→ **DATA**
****************

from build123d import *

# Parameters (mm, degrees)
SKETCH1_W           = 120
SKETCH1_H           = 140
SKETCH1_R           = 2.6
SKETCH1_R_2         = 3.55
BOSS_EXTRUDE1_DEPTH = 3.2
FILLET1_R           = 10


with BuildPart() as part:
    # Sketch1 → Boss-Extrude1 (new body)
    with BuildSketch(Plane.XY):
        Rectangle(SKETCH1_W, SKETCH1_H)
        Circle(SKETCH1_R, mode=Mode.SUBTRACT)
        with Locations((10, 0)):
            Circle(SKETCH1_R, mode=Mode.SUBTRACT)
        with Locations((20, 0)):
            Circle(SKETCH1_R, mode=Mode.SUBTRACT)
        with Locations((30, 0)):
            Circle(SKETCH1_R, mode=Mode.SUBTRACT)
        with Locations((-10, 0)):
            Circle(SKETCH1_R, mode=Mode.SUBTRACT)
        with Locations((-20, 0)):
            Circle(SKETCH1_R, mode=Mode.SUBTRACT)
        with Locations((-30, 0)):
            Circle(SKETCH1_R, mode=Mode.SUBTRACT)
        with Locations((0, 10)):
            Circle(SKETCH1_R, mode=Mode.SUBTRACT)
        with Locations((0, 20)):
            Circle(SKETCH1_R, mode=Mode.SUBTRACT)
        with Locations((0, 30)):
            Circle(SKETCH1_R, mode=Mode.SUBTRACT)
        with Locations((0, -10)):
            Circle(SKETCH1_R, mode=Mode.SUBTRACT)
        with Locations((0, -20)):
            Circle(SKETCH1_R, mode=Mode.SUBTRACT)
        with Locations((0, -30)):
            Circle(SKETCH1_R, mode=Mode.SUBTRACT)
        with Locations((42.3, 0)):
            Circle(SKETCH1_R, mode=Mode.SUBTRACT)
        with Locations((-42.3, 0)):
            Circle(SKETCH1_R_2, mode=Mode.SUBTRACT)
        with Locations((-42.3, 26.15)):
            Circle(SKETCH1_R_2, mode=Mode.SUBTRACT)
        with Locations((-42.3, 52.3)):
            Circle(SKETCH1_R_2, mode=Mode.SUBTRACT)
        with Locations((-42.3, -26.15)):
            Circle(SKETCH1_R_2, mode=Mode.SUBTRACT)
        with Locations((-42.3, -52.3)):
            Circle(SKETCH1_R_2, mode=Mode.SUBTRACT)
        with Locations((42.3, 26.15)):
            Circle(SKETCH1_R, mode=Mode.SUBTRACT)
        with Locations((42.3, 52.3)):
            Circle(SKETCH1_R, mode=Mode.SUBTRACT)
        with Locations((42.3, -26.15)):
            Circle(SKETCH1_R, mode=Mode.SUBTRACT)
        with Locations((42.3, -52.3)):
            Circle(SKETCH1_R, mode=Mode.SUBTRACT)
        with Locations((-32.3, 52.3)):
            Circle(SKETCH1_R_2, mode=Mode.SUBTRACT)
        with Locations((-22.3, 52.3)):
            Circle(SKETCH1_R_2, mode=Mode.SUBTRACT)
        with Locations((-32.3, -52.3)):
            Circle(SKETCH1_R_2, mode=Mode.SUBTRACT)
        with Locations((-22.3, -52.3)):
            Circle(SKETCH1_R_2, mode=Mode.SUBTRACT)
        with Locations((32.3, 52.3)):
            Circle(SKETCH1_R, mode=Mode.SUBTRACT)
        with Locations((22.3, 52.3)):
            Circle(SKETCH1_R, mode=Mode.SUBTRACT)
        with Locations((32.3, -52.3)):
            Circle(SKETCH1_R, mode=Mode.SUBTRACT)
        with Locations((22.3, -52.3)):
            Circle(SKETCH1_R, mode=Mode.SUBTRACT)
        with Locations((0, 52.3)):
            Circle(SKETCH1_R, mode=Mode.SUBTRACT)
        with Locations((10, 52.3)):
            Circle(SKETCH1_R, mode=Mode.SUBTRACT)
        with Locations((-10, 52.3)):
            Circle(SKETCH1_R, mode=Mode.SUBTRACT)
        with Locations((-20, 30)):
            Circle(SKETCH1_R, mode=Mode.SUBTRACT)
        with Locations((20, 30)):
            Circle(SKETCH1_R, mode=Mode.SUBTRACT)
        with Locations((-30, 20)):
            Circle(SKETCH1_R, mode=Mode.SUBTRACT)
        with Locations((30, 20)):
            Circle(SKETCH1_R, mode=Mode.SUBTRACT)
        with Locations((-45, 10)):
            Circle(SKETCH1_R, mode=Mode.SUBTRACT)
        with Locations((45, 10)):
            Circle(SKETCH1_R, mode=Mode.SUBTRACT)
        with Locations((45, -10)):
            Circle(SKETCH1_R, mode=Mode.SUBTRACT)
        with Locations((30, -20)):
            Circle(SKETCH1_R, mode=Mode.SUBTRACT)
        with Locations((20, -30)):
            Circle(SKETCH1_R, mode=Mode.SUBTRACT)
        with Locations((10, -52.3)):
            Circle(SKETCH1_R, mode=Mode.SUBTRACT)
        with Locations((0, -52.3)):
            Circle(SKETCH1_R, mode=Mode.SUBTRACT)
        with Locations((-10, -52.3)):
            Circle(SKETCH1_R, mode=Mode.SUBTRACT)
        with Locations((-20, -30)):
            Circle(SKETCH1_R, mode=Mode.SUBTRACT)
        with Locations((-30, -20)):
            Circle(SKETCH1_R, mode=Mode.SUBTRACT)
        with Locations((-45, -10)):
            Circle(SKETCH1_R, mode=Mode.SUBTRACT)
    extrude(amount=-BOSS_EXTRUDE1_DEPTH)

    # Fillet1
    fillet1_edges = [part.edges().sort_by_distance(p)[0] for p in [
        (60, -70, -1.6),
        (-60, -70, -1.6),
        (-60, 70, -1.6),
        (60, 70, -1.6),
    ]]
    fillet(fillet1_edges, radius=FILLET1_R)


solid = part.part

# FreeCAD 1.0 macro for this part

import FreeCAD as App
import Part
import Sketcher
from FreeCAD import Vector
Q = App.Units.Quantity


def edges_at(feature, points):
    """Names of the edges that pass closest to the given points."""
    edges = feature.Shape.Edges
    near = lambda p: min(range(len(edges)), key=lambda i: edges[i].distToShape(Part.Vertex(*p))[0])
    return sorted({f"Edge{near(p) + 1}" for p in points})


def add_polygon(sketch, points):
    """Adds a closed chain of lines whose ends are joined by coincident constraints."""
    first, n = sketch.GeometryCount, len(points)
    for a, b in zip(points, points[1:] + points[:1]):
        sketch.addGeometry(Part.LineSegment(App.Vector(*a, 0), App.Vector(*b, 0)), False)
    for i in range(n):
        sketch.addConstraint(Sketcher.Constraint("Coincident", first + i, 2, first + (i + 1) % n, 1))

doc = App.newDocument("Part")
body = doc.addObject("PartDesign::Body", "Body")

# Sketch on XY plane
sketch1 = body.newObject("Sketcher::SketchObject", "Sketch")
sketch1.AttachmentSupport = (doc.getObject("XY_Plane"), [""])
sketch1.MapMode = "FlatFace"
add_polygon(sketch1, [(-60, 70), (-60, -70), (60, -70), (60, 70)])  # lines 0-3
sketch1.addGeometry(Part.Circle(Vector(-42.3, -52.3, 0), Vector(0, 0, 1), 3.5), False)  # 4
sketch1.addGeometry(Part.Circle(Vector(-32.3, -52.3, 0), Vector(0, 0, 1), 3.5), False)  # 5
sketch1.addGeometry(Part.Circle(Vector(-22.3, -52.3, 0), Vector(0, 0, 1), 3.5), False)  # 6
sketch1.addGeometry(Part.Circle(Vector(-10, -52.3, 0), Vector(0, 0, 1), 2.6), False)  # 7
sketch1.addGeometry(Part.Circle(Vector(-20, -30, 0), Vector(0, 0, 1), 2.6), False)  # 8
sketch1.addGeometry(Part.Circle(Vector(-42.3, -26.1, 0), Vector(0, 0, 1), 3.5), False)  # 9
sketch1.addGeometry(Part.Circle(Vector(-30, -20, 0), Vector(0, 0, 1), 2.6), False)  # 10
sketch1.addGeometry(Part.Circle(Vector(-45, -10, 0), Vector(0, 0, 1), 2.6), False)  # 11
sketch1.addGeometry(Part.Circle(Vector(0, -52.3, 0), Vector(0, 0, 1), 2.6), False)  # 12
sketch1.addGeometry(Part.Circle(Vector(10, -52.3, 0), Vector(0, 0, 1), 2.6), False)  # 13
sketch1.addGeometry(Part.Circle(Vector(22.3, -52.3, 0), Vector(0, 0, 1), 2.6), False)  # 14
sketch1.addGeometry(Part.Circle(Vector(0, -30, 0), Vector(0, 0, 1), 2.6), False)  # 15
sketch1.addGeometry(Part.Circle(Vector(20, -30, 0), Vector(0, 0, 1), 2.6), False)  # 16
sketch1.addGeometry(Part.Circle(Vector(32.3, -52.3, 0), Vector(0, 0, 1), 2.6), False)  # 17
sketch1.addGeometry(Part.Circle(Vector(42.3, -52.3, 0), Vector(0, 0, 1), 2.6), False)  # 18
sketch1.addGeometry(Part.Circle(Vector(0, -20, 0), Vector(0, 0, 1), 2.6), False)  # 19
sketch1.addGeometry(Part.Circle(Vector(0, -10, 0), Vector(0, 0, 1), 2.6), False)  # 20
sketch1.addGeometry(Part.Circle(Vector(30, -20, 0), Vector(0, 0, 1), 2.6), False)  # 21
sketch1.addGeometry(Part.Circle(Vector(42.3, -26.1, 0), Vector(0, 0, 1), 2.6), False)  # 22
sketch1.addGeometry(Part.Circle(Vector(45, -10, 0), Vector(0, 0, 1), 2.6), False)  # 23
sketch1.addGeometry(Part.Circle(Vector(-42.3, 0, 0), Vector(0, 0, 1), 3.5), False)  # 24
sketch1.addGeometry(Part.Circle(Vector(-45, 10, 0), Vector(0, 0, 1), 2.6), False)  # 25
sketch1.addGeometry(Part.Circle(Vector(-30, 0, 0), Vector(0, 0, 1), 2.6), False)  # 26
sketch1.addGeometry(Part.Circle(Vector(-42.3, 26.1, 0), Vector(0, 0, 1), 3.5), False)  # 27
sketch1.addGeometry(Part.Circle(Vector(-30, 20, 0), Vector(0, 0, 1), 2.6), False)  # 28
sketch1.addGeometry(Part.Circle(Vector(-20, 0, 0), Vector(0, 0, 1), 2.6), False)  # 29
sketch1.addGeometry(Part.Circle(Vector(-10, 0, 0), Vector(0, 0, 1), 2.6), False)  # 30
sketch1.addGeometry(Part.Circle(Vector(-42.3, 52.3, 0), Vector(0, 0, 1), 3.5), False)  # 31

****************

→ **EXERCISE DESCRIPTION**
Return, exactly as they stand, the lines from the start of the records above through the line with "Rectangle(SKETCH1_W, SKETCH1_H)", both ends included, and no other lines.

→ **EXPECTED OUTPUT**
from build123d import *

# Parameters (mm, degrees)
SKETCH1_W           = 120
SKETCH1_H           = 140
SKETCH1_R           = 2.6
SKETCH1_R_2         = 3.55
BOSS_EXTRUDE1_DEPTH = 3.2
FILLET1_R           = 10


with BuildPart() as part:
    # Sketch1 → Boss-Extrude1 (new body)
    with BuildSketch(Plane.XY):
        Rectangle(SKETCH1_W, SKETCH1_H)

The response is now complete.